При таком образе жизни я скоро дошел до того, что, всецело погрузившись в музыку, уже не был в состоянии думать ни о чем другом. Скрепя сердце ходил я в свою контору; стеснение и необходимость быть усидчивым причиняли мне невыносимую муку, и я наконец пришел к решению оставить должность, чтобы целиком отдаться музыке. Вполне понятно, что сумасбродство это встретило возражение. Бросить приличное место с определенным доходом, чтобы гоняться за ненадежными уроками, было слишком неблагоразумно и не могло понравиться маменьке. Даже предполагая в будущем большие успехи, о которых я мечтал, обречь себя на всю жизнь карьере музыканта – значило поставить слишком скромные пределы своему честолюбию. Маменька, замышлявшая только грандиозные проекты и уже не принимавшая на веру оценку, данную мне д’Обоном, с сожалением смотрела на мое увлечение искусством, которое она считала пустым, и часто повторяла мне провинциальную поговорку, менее применимую в Париже: «Кто все пляшет да поет, далеко не пойдет». С другой стороны, она видела, что увлеченье мое непреодолимо; страсть моя к музыке доходила до неистовства, и можно было опасаться, что, манкируя своими обязанностями, я не удержусь на службе и что гораздо лучше мне уйти самому. Вдобавок я твердил ей, что моя служба долго не продлится, что, для того чтобы жить, мне нужна специальность, и лучше всего закрепить практикой ту, которая соответствует моей склонности и избрана для меня самой маменькой, чем ставить себя в зависимость от протекции или проделывать новые опыты, которые могут окончиться плохо, так что в конце концов подходящий для обучения возраст минует, и я останусь без всяких средств к добыванию хлеба насущного. Наконец я вырвал у нее согласие, больше при помощи ласк и упрашивания, чем при помощи доводов, которые убедили бы ее. Тотчас же я побежал благодарить главного директора налогового управления г-на Кокчелли, словно совершал геройский подвиг, и покинул свою должность без повода, причины и предлога, радуясь при этом не меньше, а пожалуй, даже больше, чем за два года перед тем, когда это место получил.

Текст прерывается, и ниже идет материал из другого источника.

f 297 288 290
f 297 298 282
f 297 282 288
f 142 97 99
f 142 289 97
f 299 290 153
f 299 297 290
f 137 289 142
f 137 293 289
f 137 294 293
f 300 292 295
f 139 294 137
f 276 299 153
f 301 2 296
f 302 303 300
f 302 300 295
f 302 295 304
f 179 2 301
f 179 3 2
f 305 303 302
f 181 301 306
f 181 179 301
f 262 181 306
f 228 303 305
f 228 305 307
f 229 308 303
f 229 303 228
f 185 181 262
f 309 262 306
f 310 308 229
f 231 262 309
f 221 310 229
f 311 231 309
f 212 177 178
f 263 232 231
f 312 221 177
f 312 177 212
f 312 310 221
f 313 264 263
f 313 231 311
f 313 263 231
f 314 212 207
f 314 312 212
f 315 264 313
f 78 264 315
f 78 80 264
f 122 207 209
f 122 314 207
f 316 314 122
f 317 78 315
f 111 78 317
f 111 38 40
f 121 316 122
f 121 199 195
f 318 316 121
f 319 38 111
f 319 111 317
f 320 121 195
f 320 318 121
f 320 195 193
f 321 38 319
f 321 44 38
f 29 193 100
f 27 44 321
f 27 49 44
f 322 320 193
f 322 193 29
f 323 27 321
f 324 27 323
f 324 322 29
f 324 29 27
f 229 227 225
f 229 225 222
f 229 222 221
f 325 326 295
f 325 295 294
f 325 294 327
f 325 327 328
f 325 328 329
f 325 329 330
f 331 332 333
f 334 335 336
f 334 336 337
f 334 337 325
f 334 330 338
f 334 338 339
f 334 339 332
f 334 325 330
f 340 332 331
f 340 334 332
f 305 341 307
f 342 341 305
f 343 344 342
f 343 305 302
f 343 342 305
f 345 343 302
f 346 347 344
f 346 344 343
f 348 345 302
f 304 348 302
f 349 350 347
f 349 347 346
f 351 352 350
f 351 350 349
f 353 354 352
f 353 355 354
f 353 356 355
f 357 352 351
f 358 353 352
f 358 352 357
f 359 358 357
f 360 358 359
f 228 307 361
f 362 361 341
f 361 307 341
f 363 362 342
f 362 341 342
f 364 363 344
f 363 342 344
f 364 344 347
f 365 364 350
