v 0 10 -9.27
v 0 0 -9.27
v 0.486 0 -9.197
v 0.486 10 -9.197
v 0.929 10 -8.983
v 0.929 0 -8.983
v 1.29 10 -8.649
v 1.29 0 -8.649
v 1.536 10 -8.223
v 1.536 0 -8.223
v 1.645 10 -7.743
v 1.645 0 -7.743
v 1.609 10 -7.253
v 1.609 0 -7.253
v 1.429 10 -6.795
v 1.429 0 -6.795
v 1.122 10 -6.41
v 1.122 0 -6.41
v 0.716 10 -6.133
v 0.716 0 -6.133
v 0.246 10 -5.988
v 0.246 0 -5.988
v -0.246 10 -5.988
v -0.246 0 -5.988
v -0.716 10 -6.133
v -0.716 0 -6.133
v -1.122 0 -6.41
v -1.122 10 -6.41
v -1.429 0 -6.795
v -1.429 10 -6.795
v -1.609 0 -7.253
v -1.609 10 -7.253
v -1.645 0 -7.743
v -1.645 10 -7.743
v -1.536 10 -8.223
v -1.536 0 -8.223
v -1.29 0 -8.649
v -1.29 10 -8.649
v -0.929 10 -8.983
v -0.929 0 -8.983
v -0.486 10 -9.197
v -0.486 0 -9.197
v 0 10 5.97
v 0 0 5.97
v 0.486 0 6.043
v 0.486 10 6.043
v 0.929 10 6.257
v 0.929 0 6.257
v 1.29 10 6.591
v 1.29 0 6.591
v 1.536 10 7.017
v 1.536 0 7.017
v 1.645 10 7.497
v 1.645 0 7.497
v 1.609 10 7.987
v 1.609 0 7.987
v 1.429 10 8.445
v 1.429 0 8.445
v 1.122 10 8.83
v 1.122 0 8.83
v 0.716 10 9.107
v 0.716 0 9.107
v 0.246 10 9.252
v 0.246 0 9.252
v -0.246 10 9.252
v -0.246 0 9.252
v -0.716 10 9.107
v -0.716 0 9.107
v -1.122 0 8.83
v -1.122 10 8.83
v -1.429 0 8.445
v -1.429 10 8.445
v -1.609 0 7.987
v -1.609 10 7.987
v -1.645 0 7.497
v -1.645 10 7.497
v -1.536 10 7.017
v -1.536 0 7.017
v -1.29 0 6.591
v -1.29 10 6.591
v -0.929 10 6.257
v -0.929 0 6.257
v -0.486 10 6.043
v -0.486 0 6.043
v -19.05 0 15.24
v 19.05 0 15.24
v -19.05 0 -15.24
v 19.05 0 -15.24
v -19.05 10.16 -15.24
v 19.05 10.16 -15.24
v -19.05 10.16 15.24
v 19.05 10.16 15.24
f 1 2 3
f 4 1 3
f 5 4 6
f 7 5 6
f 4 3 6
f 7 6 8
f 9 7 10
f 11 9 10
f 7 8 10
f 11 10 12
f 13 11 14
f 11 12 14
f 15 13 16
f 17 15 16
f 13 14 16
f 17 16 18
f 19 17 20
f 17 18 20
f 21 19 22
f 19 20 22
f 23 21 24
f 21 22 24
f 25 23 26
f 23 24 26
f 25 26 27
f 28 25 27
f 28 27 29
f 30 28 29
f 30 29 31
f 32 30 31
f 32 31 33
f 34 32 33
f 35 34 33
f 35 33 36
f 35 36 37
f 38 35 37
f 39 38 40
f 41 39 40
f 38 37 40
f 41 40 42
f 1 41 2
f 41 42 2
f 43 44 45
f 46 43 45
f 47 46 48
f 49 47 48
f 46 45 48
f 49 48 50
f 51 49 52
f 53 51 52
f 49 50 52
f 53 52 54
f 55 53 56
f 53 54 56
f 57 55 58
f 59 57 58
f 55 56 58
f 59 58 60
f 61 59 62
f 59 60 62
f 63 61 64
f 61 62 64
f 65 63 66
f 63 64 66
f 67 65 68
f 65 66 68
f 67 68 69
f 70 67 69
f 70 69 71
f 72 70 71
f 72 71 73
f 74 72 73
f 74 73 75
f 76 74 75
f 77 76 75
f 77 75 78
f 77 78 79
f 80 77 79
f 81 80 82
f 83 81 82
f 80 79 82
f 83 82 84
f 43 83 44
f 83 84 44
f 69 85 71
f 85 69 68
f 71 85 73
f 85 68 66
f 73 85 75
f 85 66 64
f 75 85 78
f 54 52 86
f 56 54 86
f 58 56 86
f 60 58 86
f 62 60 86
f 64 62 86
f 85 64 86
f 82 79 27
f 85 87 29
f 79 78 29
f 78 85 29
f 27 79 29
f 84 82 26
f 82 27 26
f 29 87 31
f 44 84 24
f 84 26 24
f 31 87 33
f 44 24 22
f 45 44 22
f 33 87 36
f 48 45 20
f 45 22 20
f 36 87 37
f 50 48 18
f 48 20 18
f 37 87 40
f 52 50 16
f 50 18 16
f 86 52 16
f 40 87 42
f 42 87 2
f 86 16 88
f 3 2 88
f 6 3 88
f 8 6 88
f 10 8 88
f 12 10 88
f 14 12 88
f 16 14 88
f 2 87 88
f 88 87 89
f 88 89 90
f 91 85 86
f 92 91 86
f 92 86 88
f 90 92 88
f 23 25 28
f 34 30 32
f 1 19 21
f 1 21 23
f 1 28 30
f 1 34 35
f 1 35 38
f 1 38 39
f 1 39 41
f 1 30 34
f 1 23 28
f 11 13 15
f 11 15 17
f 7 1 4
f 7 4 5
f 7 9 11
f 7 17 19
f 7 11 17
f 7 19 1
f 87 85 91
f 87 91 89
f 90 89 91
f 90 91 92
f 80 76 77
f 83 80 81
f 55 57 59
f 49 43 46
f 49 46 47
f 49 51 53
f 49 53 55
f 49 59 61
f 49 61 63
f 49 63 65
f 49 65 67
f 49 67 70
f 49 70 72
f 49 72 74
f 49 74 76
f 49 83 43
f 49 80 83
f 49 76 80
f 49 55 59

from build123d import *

# Parameters (mm, degrees)
SKETCH1_W           = 38.1
SKETCH1_H           = 30.48
BOSS_EXTRUDE1_DEPTH = 10.16
SKETCH3_R           = 1.65
CUT_EXTRUDE1_DEPTH  = 10


with BuildPart() as part:
    # Sketch1 → Boss-Extrude1 (new body)
    with BuildSketch(Plane(origin=(0, 0, 0), x_dir=(1, 0, 0), z_dir=(0, 1, 0))):
        Rectangle(SKETCH1_W, SKETCH1_H)
    extrude(amount=BOSS_EXTRUDE1_DEPTH)

    # Sketch3 → Cut-Extrude1 (cut)
    with BuildSketch(Plane.XZ):
        with Locations(Location((0, 7.62, 0), (0, 0, 270))):
            Circle(SKETCH3_R)
        with Locations(Location((0, -7.62, 0), (0, 0, 270))):
            Circle(SKETCH3_R)
    extrude(amount=-CUT_EXTRUDE1_DEPTH, mode=Mode.SUBTRACT)


solid = part.part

Этот поступок, как ни был он сумасброден, вызвал ко мне в округе некоторое уважение, и оно пошло мне на пользу. Одни предполагали, что у меня есть средства, хотя на деле их не было; другие, видя, что я совершенно отдался музыке, судили о моем таланте по моему самопожертвованию и думали, что при такой страсти к этому искусству я должен в совершенстве владеть им. В царстве слепых и кривой сойдет за короля: я прослыл искусным учителем, потому что кругом были только плохие. Обладая, впрочем, некоторым вкусом в пении, вызывая к себе расположение своим возрастом и наружностью, я вскоре приобрел учениц больше, чем требовалось, чтобы возместить мне жалованье секретаря.